NCBI Bookshelf. A service of the National Library of Medicine, National Institutes of Health.

Alberts B, Bray D, Lewis J, et al. Molecular Biology of the Cell. 3rd edition. New York: Garland Science; 1994.

Bookshelf ID: NBK28342

Target-Cell Adaptation

Introduction

In responding to almost any type of stimulus, cells and organisms typically can detect the same percent change in a signal over a very wide range of stimulus intensities. At the cellular level this requires that target cells undergo a process of adaptation or desensitization, whereby, when they are exposed to a stimulus for a prolonged period, their response to it decreases. In this way a cell reversibly adjusts its sensitivity to the stimulus. In the case of chemical signaling, adaptation enables cells to respond to changes in the concentration of a signaling ligand (rather than to the absolute concentration of the ligand) over a very wide range of absolute concentrations. The general principle is simple: adaptation is achieved through a negative feedback that operates with a delay. The negative feedback means that a strong response modifies the machinery for making that response and so turns itself off; but thanks to the delay, a sudden change in the stimulus is able to make itself felt strongly for a short period before the negative feedback has time to act.

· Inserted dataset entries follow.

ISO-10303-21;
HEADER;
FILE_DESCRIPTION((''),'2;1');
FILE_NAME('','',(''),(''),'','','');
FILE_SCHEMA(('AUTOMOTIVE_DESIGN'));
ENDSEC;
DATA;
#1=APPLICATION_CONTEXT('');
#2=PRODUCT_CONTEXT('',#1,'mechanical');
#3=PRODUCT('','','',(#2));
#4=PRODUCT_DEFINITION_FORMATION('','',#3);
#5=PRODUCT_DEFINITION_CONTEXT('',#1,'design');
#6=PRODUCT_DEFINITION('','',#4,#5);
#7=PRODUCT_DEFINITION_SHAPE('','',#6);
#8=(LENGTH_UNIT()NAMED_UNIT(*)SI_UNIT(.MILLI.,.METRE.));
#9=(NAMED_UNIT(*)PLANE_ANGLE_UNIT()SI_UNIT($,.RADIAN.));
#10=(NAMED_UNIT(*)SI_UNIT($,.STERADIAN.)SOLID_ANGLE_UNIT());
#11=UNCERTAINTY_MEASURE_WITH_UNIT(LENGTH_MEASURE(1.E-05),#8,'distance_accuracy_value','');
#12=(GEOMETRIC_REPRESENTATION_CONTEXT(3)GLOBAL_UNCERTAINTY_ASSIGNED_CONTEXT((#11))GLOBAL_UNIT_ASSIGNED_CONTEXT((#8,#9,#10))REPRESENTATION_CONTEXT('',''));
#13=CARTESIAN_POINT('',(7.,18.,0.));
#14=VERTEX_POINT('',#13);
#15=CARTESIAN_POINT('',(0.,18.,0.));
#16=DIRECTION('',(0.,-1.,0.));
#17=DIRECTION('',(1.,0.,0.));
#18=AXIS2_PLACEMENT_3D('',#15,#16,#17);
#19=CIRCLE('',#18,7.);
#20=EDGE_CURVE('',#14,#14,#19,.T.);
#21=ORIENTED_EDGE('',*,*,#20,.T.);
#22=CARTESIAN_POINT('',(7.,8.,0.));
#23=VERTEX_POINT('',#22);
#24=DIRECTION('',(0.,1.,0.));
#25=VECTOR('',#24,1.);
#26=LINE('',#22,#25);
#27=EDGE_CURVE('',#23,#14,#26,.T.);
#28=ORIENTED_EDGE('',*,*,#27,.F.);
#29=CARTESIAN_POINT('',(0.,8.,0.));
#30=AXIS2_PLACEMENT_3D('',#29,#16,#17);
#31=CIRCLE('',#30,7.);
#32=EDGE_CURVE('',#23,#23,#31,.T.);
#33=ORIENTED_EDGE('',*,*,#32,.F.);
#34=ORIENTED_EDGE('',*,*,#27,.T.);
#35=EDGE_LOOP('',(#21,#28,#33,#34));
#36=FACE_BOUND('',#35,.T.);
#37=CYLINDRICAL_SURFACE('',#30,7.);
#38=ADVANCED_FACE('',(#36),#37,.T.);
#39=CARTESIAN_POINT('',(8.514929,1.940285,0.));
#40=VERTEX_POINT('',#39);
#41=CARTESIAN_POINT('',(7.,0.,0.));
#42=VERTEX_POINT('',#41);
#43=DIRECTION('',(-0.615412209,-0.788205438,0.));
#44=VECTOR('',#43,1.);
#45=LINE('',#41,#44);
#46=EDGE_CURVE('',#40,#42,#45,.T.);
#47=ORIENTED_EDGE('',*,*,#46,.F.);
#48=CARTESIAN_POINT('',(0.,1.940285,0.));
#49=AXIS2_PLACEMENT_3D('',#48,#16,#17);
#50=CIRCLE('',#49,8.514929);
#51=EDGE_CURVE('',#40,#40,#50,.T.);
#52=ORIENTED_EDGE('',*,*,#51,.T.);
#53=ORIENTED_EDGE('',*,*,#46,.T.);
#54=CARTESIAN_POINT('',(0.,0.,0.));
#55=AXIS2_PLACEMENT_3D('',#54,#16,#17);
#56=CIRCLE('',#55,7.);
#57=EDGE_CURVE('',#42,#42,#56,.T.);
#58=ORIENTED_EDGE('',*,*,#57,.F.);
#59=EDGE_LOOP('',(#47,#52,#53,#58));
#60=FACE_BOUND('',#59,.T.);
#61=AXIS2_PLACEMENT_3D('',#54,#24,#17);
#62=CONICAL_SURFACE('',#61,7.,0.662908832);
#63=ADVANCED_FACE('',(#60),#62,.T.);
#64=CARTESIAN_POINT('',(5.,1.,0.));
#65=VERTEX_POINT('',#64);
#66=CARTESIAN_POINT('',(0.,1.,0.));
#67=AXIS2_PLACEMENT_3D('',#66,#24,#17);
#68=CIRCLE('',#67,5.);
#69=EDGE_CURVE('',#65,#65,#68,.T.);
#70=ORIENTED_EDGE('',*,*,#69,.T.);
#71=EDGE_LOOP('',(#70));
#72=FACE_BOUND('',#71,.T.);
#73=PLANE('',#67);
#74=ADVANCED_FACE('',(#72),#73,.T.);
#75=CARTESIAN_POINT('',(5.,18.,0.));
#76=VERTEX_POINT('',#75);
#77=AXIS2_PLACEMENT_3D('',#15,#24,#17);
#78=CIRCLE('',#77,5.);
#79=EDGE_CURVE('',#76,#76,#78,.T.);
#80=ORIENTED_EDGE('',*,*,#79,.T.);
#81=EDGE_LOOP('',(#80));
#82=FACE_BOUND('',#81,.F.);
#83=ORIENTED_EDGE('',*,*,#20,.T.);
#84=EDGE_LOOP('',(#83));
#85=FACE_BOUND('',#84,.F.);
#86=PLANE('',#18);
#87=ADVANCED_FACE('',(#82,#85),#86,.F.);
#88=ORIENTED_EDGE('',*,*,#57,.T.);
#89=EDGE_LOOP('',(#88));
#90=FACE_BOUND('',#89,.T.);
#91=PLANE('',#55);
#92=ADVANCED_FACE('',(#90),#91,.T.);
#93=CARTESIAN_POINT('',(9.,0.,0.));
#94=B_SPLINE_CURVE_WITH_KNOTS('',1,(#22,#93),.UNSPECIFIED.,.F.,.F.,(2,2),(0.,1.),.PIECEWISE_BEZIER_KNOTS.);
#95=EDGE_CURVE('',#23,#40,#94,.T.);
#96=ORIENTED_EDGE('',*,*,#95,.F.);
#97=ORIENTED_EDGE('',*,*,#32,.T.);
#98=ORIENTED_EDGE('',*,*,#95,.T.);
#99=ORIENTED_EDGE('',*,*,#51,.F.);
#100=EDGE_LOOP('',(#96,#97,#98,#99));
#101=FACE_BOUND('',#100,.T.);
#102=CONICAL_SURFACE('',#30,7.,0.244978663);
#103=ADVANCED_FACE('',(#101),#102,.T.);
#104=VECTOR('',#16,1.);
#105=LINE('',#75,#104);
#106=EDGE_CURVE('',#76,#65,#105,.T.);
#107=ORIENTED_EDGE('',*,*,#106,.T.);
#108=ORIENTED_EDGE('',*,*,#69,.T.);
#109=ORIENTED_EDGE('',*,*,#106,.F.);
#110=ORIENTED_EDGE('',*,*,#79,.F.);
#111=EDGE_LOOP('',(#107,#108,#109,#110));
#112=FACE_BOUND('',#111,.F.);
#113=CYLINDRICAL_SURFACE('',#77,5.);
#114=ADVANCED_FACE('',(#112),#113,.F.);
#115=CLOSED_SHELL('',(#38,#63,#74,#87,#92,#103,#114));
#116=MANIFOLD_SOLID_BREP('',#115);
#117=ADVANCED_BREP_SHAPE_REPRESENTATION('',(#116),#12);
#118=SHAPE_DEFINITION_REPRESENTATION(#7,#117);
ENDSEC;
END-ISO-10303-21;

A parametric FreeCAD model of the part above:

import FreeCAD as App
import Part
import Sketcher
Q = App.Units.Quantity


def edges_at(feature, points):
    """Names of the edges that pass closest to the given points."""
    edges = feature.Shape.Edges
    near = lambda p: min(range(len(edges)), key=lambda i: edges[i].distToShape(Part.Vertex(*p))[0])
    return sorted({f"Edge{near(p) + 1}" for p in points})

doc = App.newDocument("Part")
body = doc.addObject("PartDesign::Body", "Body")

# Sketch on XZ plane
sketch1 = body.newObject("Sketcher::SketchObject", "Sketch")
sketch1.AttachmentSupport = (doc.getObject("XZ_Plane"), [""])
sketch1.MapMode = "FlatFace"
sketch1.AttachmentOffset = App.Placement(App.Vector(0, 0, -8), App.Rotation())
sketch1.addGeometry(Part.Circle(App.Vector(0, 0, 0), App.Vector(0, 0, 1), 7), False)
sketch1.addConstraint(Sketcher.Constraint("Coincident", 0, 3, -1, 1))
sketch1.addConstraint(Sketcher.Constraint("Diameter", 0, Q("14 mm")))

# Sketch on XZ plane
sketch2 = body.newObject("Sketcher::SketchObject", "Sketch001")
sketch2.AttachmentSupport = (doc.getObject("XZ_Plane"), [""])
sketch2.MapMode = "FlatFace"
sketch2.addGeometry(Part.Circle(App.Vector(0, 0, 0), App.Vector(0, 0, 1), 9), False)
sketch2.addConstraint(Sketcher.Constraint("Coincident", 0, 3, -1, 1))
sketch2.addConstraint(Sketcher.Constraint("Diameter", 0, Q("18 mm")))

additiveloft = body.newObject("PartDesign::AdditiveLoft", "AdditiveLoft")
additiveloft.Profile = sketch1
additiveloft.Sections = [sketch2]

# Sketch on XZ plane
sketch3 = body.newObject("Sketcher::SketchObject", "Sketch002")
sketch3.AttachmentSupport = (doc.getObject("XZ_Plane"), [""])
sketch3.MapMode = "FlatFace"
sketch3.AttachmentOffset = App.Placement(App.Vector(0, 0, -8), App.Rotation())
sketch3.addGeometry(Part.Circle(App.Vector(0, 0, 0), App.Vector(0, 0, 1), 7), False)
sketch3.addConstraint(Sketcher.Constraint("Coincident", 0, 3, -1, 1))
sketch3.addConstraint(Sketcher.Constraint("Diameter", 0, Q("14 mm")))
pad1 = body.newObject("PartDesign::Pad", "Pad")
pad1.Profile = sketch3
pad1.Length = 10
pad1.Reversed = True

# Sketch on XZ plane
sketch4 = body.newObject("Sketcher::SketchObject", "Sketch003")
sketch4.AttachmentSupport = (doc.getObject("XZ_Plane"), [""])
sketch4.MapMode = "FlatFace"
sketch4.AttachmentOffset = App.Placement(App.Vector(0, 0, -18), App.Rotation())
sketch4.addGeometry(Part.Circle(App.Vector(0, 0, 0), App.Vector(0, 0, 1), 5), False)
sketch4.addConstraint(Sketcher.Constraint("Coincident", 0, 3, -1, 1))
sketch4.addConstraint(Sketcher.Constraint("Diameter", 0, Q("10 mm")))
pocket1 = body.newObject("PartDesign::Pocket", "Pocket")
pocket1.Profile = sketch4
pocket1.Length = 17
pocket1.Reversed = True
doc.recompute()

chamfer = body.newObject("PartDesign::Chamfer", "Chamfer")
chamfer.Base = (pocket1, edges_at(pocket1, [(-9, 0, 0)]))
chamfer.Size = 2

doc.recompute()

Adaptation to chemical signals can occur in various ways. In some cases it results from a gradual decrease in the number of specific cell-surface receptor proteins, which generally takes hours. In other cases it results from a rapid inactivation of such receptors, which can occur in minutes. In still other cases it is due to change in the proteins involved in transducing the signal following receptor activation, which usually occurs with an intermediate time course.

Slow Adaptation Depends on Receptor Down-Regulation 42

After a protein hormone or growth factor binds to its receptor on the surface of a target cell, it is usually ingested by receptor-mediated endocytosis and delivered to endosomes (discussed in Chapter 13). Most receptors discharge their ligand in the acidic environment of endosomes and recycle back to the plasma membrane for reuse, while the ligand is delivered to lysosomes and is degraded. This process, therefore, represents a major pathway for the breakdown of many signaling proteins. Although many receptor molecules are retrieved from the endosome and recycled, a proportion of them fail to release their ligand and end up in lysosomes, where they are degraded along with the ligand. Thus, with continuous exposure to high concentrations of ligand, the number of cell-surface receptors gradually decreases, with a concomitant decrease in the sensitivity of the target cell to the ligand. By this type of mechanism, known as receptor down-regulation, a cell can slowly (over hours) adjust its sensitivity to the concentration of a stimulating ligand.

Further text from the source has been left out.